The Filter Bubble Transparency Act, filed by Sen. John Thune (R-S.D.) and co-sponsored by a bipartisan group of lawmakers, would aim to bring more transparency to the way search engines filter results for individual searches. If passed, the law would require search engines to notify users that their platforms use algorithms, and also offer users the opportunity to opt out of the selected content.

The legislation would impact large search engines such as Google, as well as any platform that collects data from more than 1 million users and makes more than $50 million per year.

“This legislation is about transparency and consumer control,” said Thune, chairman of the Commerce, Science and Transportation subcommittee on the internet. “For free markets to work as effectively and as efficiently as possible, consumers need as much information as possible, including a better understanding of how internet platforms use artificial intelligence and opaque algorithms to make inferences from the reams of personal data at their fingertips that can be used to affect behavior and influence outcomes.”

“That’s why I believe consumers should have the option to either view a platform’s opaque algorithm-generated content or its filter bubble-free content, and, at the very least, they deserve to know how large-scale internet platforms are delivering information to their users,” he added.

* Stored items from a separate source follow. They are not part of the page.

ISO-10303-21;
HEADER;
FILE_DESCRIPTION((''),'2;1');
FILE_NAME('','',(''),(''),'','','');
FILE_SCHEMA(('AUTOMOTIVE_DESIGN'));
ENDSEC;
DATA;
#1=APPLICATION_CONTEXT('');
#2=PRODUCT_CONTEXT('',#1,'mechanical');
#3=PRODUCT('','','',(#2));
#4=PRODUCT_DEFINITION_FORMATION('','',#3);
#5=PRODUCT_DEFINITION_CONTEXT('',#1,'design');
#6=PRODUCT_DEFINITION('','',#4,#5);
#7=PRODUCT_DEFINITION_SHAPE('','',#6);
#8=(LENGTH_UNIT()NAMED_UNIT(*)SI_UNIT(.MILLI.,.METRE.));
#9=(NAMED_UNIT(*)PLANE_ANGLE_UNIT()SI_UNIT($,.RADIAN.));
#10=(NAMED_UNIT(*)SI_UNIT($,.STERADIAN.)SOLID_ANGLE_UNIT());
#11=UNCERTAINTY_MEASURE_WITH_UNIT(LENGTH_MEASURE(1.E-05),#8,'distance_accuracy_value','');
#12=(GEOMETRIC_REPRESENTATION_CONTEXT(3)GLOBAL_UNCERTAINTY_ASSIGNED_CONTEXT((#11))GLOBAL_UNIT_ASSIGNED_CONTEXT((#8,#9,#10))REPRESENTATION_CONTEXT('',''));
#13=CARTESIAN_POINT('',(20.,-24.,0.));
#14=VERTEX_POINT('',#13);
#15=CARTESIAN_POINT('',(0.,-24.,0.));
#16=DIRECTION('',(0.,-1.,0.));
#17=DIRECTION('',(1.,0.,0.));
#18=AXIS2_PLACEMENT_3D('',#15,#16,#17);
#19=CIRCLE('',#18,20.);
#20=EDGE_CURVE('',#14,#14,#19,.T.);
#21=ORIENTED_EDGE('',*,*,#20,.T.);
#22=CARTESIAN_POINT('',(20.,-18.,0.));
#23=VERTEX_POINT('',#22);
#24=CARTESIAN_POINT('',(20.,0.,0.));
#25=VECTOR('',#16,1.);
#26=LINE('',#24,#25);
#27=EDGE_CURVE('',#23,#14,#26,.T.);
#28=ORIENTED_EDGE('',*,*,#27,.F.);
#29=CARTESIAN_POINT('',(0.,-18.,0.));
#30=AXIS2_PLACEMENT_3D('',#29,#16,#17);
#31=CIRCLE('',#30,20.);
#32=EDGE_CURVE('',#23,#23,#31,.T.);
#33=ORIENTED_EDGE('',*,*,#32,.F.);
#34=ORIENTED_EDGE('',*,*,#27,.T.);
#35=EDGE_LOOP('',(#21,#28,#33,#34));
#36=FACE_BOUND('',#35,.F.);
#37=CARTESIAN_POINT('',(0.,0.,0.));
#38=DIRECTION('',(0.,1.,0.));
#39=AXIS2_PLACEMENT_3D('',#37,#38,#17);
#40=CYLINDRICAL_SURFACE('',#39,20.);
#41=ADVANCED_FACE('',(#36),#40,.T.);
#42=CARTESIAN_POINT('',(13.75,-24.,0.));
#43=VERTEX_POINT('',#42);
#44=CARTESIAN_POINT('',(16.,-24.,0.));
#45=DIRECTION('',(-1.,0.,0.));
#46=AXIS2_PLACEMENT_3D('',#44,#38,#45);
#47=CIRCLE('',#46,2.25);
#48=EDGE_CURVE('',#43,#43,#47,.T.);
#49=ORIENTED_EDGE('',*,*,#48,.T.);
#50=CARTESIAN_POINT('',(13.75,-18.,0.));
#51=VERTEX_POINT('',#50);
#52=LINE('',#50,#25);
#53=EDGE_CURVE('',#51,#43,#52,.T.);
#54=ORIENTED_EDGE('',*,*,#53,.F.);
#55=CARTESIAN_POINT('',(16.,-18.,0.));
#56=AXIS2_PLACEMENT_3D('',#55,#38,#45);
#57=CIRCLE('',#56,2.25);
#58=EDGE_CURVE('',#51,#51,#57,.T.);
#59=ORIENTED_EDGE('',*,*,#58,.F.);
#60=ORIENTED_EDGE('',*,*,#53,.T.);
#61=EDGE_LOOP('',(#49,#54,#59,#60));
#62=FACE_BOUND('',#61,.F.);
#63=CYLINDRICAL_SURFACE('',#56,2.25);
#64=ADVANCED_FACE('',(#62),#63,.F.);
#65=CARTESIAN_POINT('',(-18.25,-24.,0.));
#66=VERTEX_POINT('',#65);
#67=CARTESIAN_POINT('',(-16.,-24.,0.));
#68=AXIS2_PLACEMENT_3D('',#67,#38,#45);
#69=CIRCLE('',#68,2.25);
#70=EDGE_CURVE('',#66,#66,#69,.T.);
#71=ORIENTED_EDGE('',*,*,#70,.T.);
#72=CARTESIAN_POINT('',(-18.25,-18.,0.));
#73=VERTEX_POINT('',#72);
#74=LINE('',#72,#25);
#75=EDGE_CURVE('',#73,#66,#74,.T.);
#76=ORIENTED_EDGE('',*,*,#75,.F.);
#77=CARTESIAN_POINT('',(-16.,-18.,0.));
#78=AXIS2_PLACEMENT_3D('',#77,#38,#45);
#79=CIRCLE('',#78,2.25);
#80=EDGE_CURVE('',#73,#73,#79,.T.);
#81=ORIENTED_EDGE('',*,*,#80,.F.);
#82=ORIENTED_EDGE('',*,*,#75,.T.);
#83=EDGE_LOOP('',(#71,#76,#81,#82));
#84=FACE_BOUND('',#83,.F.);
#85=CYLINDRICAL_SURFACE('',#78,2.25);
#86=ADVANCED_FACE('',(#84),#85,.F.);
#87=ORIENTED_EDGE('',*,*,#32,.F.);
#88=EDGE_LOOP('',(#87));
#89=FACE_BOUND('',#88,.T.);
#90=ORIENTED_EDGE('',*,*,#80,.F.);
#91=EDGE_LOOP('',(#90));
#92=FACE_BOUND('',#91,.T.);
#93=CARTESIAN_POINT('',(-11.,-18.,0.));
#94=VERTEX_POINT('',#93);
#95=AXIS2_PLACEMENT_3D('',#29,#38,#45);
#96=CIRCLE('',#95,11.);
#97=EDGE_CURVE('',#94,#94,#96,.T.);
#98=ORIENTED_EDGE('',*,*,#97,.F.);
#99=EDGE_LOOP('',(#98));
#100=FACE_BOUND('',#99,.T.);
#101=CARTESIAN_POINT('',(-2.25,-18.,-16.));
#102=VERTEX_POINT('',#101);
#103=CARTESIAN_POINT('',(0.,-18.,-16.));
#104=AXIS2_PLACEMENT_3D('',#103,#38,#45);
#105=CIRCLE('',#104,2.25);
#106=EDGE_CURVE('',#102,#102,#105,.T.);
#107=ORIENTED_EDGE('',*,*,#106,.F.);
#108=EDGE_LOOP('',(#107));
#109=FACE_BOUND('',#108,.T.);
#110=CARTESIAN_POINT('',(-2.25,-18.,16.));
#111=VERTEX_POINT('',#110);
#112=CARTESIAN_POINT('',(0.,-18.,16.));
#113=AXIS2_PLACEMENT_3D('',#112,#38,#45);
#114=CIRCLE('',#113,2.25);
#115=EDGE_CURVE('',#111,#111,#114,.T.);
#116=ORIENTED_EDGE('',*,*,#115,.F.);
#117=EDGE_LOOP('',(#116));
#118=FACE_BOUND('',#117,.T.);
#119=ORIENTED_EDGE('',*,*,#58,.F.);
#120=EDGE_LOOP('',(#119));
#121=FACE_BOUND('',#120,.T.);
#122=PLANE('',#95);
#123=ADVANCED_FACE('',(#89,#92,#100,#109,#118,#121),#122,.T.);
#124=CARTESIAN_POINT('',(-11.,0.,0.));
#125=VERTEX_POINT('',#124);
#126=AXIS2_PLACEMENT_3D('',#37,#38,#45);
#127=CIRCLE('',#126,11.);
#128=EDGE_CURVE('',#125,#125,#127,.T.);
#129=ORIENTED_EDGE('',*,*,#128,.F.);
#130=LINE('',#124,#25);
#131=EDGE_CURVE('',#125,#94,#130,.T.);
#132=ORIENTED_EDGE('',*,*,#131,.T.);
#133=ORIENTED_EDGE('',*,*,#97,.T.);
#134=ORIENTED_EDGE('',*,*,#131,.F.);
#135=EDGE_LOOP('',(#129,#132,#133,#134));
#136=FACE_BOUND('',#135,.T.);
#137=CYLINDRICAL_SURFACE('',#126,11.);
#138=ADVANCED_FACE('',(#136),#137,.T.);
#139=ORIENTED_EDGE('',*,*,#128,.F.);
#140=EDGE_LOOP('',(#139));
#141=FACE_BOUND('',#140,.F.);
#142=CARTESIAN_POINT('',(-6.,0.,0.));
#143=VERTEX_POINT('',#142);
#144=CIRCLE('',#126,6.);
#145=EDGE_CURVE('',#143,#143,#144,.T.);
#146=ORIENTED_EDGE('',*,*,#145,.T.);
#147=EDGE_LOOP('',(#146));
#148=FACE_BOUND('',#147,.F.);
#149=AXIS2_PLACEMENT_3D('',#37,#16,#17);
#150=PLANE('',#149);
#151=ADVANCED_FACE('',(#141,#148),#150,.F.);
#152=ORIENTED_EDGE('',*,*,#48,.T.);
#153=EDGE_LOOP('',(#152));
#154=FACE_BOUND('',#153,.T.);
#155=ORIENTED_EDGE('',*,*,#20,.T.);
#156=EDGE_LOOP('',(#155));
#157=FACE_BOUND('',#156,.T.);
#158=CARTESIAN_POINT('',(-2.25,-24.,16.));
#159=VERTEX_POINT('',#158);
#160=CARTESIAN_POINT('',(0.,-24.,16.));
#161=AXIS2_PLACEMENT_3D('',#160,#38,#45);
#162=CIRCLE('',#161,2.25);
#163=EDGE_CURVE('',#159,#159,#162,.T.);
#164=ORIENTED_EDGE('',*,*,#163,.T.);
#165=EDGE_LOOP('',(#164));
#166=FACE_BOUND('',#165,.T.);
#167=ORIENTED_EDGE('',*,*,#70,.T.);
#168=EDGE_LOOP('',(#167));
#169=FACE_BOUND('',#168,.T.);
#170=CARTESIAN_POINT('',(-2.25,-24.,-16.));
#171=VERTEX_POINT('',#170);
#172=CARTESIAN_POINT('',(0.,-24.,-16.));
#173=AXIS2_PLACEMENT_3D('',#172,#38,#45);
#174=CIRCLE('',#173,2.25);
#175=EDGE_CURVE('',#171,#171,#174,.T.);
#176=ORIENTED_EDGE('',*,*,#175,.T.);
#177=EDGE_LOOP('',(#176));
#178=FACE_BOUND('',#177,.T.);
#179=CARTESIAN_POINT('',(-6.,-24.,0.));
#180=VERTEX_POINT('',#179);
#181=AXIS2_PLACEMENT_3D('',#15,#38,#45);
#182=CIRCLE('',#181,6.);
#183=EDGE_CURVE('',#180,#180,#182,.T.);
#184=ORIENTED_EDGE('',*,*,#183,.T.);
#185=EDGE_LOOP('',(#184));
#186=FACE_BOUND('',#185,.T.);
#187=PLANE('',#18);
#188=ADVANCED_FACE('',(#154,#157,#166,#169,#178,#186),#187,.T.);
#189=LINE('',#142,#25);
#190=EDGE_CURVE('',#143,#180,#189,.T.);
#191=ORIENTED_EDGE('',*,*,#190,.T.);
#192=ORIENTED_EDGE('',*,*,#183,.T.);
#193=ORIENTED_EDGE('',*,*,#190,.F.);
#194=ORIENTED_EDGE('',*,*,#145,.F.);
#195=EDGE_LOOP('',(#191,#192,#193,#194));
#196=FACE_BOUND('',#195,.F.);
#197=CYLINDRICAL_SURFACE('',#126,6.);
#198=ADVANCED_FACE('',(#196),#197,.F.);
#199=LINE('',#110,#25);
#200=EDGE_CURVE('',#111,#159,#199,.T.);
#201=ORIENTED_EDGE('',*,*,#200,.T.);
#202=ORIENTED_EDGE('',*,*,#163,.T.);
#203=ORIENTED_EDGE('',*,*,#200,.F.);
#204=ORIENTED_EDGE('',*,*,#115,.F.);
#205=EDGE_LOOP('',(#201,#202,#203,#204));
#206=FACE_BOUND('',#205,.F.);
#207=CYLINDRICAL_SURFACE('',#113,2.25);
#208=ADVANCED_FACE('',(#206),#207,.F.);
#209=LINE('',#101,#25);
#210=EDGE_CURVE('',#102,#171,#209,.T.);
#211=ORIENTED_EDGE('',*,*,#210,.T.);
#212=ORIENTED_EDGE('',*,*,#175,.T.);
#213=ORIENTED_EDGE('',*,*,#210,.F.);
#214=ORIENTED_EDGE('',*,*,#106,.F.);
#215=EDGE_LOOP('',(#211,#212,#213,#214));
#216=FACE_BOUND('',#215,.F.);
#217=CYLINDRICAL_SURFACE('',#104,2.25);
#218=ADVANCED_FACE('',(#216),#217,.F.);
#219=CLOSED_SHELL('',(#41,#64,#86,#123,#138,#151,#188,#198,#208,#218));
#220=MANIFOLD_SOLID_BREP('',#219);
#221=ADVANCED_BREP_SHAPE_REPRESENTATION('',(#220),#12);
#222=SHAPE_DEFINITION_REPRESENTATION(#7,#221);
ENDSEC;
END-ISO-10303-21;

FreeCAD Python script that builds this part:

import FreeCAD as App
import Part
import Sketcher
Q = App.Units.Quantity

doc = App.newDocument("Part")
body = doc.addObject("PartDesign::Body", "Body")

# Sketch on XZ plane
sketch1 = body.newObject("Sketcher::SketchObject", "Sketch")
sketch1.AttachmentSupport = (doc.getObject("XZ_Plane"), [""])
sketch1.MapMode = "FlatFace"
sketch1.addGeometry(Part.Circle(App.Vector(0, 0, 0), App.Vector(0, 0, 1), 20), False)
sketch1.addConstraint([
    Sketcher.Constraint("Coincident", 0, 3, -1, 1),
    Sketcher.Constraint("Diameter", 0, Q("40 mm")),
])
pad1 = body.newObject("PartDesign::Pad", "Pad")
pad1.Profile = sketch1
pad1.Length = 24

# Sketch on XZ plane
sketch2 = body.newObject("Sketcher::SketchObject", "Sketch001")
sketch2.AttachmentSupport = (doc.getObject("XZ_Plane"), [""])
sketch2.MapMode = "FlatFace"
sketch2.addGeometry(Part.Circle(App.Vector(0, 0, 0), App.Vector(0, 0, 1), 6), False)
sketch2.addConstraint([
    Sketcher.Constraint("Coincident", 0, 3, -1, 1),
    Sketcher.Constraint("Diameter", 0, Q("12 mm")),
])
pocket1 = body.newObject("PartDesign::Pocket", "Pocket")
pocket1.Profile = sketch2
pocket1.Type = "ThroughAll"
pocket1.Reversed = True

# Sketch on XZ plane
sketch3 = body.newObject("Sketcher::SketchObject", "Sketch002")
sketch3.AttachmentSupport = (doc.getObject("XZ_Plane"), [""])
sketch3.MapMode = "FlatFace"
sketch3.addGeometry([
    Part.Circle(App.Vector(0, 0, 0), App.Vector(0, 0, 1), 20),
    Part.Circle(App.Vector(0, 0, 0), App.Vector(0, 0, 1), 11),
], False)
sketch3.addConstraint([
    Sketcher.Constraint("Coincident", 0, 3, -1, 1),
    Sketcher.Constraint("Coincident", 1, 3, -1, 1),
    Sketcher.Constraint("Diameter", 0, Q("40 mm")),
    Sketcher.Constraint("Diameter", 1, Q("22 mm")),
])
pocket2 = body.newObject("PartDesign::Pocket", "Pocket001")
pocket2.Profile = sketch3
pocket2.Length = 18
pocket2.Reversed = True

# Sketch on XZ plane
sketch4 = body.newObject("Sketcher::SketchObject", "Sketch003")
sketch4.AttachmentSupport = (doc.getObject("XZ_Plane"), [""])
sketch4.MapMode = "FlatFace"
sketch4.AttachmentOffset = App.Placement(App.Vector(0, 0, 18), App.Rotation())
sketch4.addGeometry([
    Part.Circle(App.Vector(16, 0, 0), App.Vector(0, 0, 1), 2.2),
    Part.Circle(App.Vector(0, -16, 0), App.Vector(0, 0, 1), 2.2),
    Part.Circle(App.Vector(-16, 0, 0), App.Vector(0, 0, 1), 2.2),
    Part.Circle(App.Vector(0, 16, 0), App.Vector(0, 0, 1), 2.2),
], False)
sketch4.addConstraint([
    Sketcher.Constraint("Equal", 0, 1),
    Sketcher.Constraint("Equal", 1, 2),
    Sketcher.Constraint("Equal", 2, 3),
    Sketcher.Constraint("Symmetric", 0, 3, 2, 3, -1, 1),
    Sketcher.Constraint("Symmetric", 1, 3, 3, 3, -1, 1),
    Sketcher.Constraint("PointOnObject", 0, 3, -1),
    Sketcher.Constraint("PointOnObject", 1, 3, -2),
    Sketcher.Constraint("Diameter", 0, Q("4.5 mm")),
    Sketcher.Constraint("DistanceX", -1, 1, 0, 3, Q("16 mm")),
    Sketcher.Constraint("DistanceY", 1, 3, -1, 1, Q("16 mm")),
])
pocket3 = body.newObject("PartDesign::Pocket", "Pocket002")
pocket3.Profile = sketch4
pocket3.Type = "ThroughAll"
pocket3.Reversed = True

doc.recompute()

Sen. Mark Warner (D-Va.) noted that “consumers have limited understanding of how their data is being used and how platforms operate. This bill helps reduce the power of opaque algorithms on our discourse and put greater control in the hands of consumers.”

Sens. Marsha Blackburn (R-Tenn.), Jerry Moran (R-Kan.) and Richard Blumenthal (D-Conn.) are also co-sponsors of the bill. Blackburn noted that the legislation could be included in a larger Senate privacy bill that lawmakers will be working on in the coming weeks.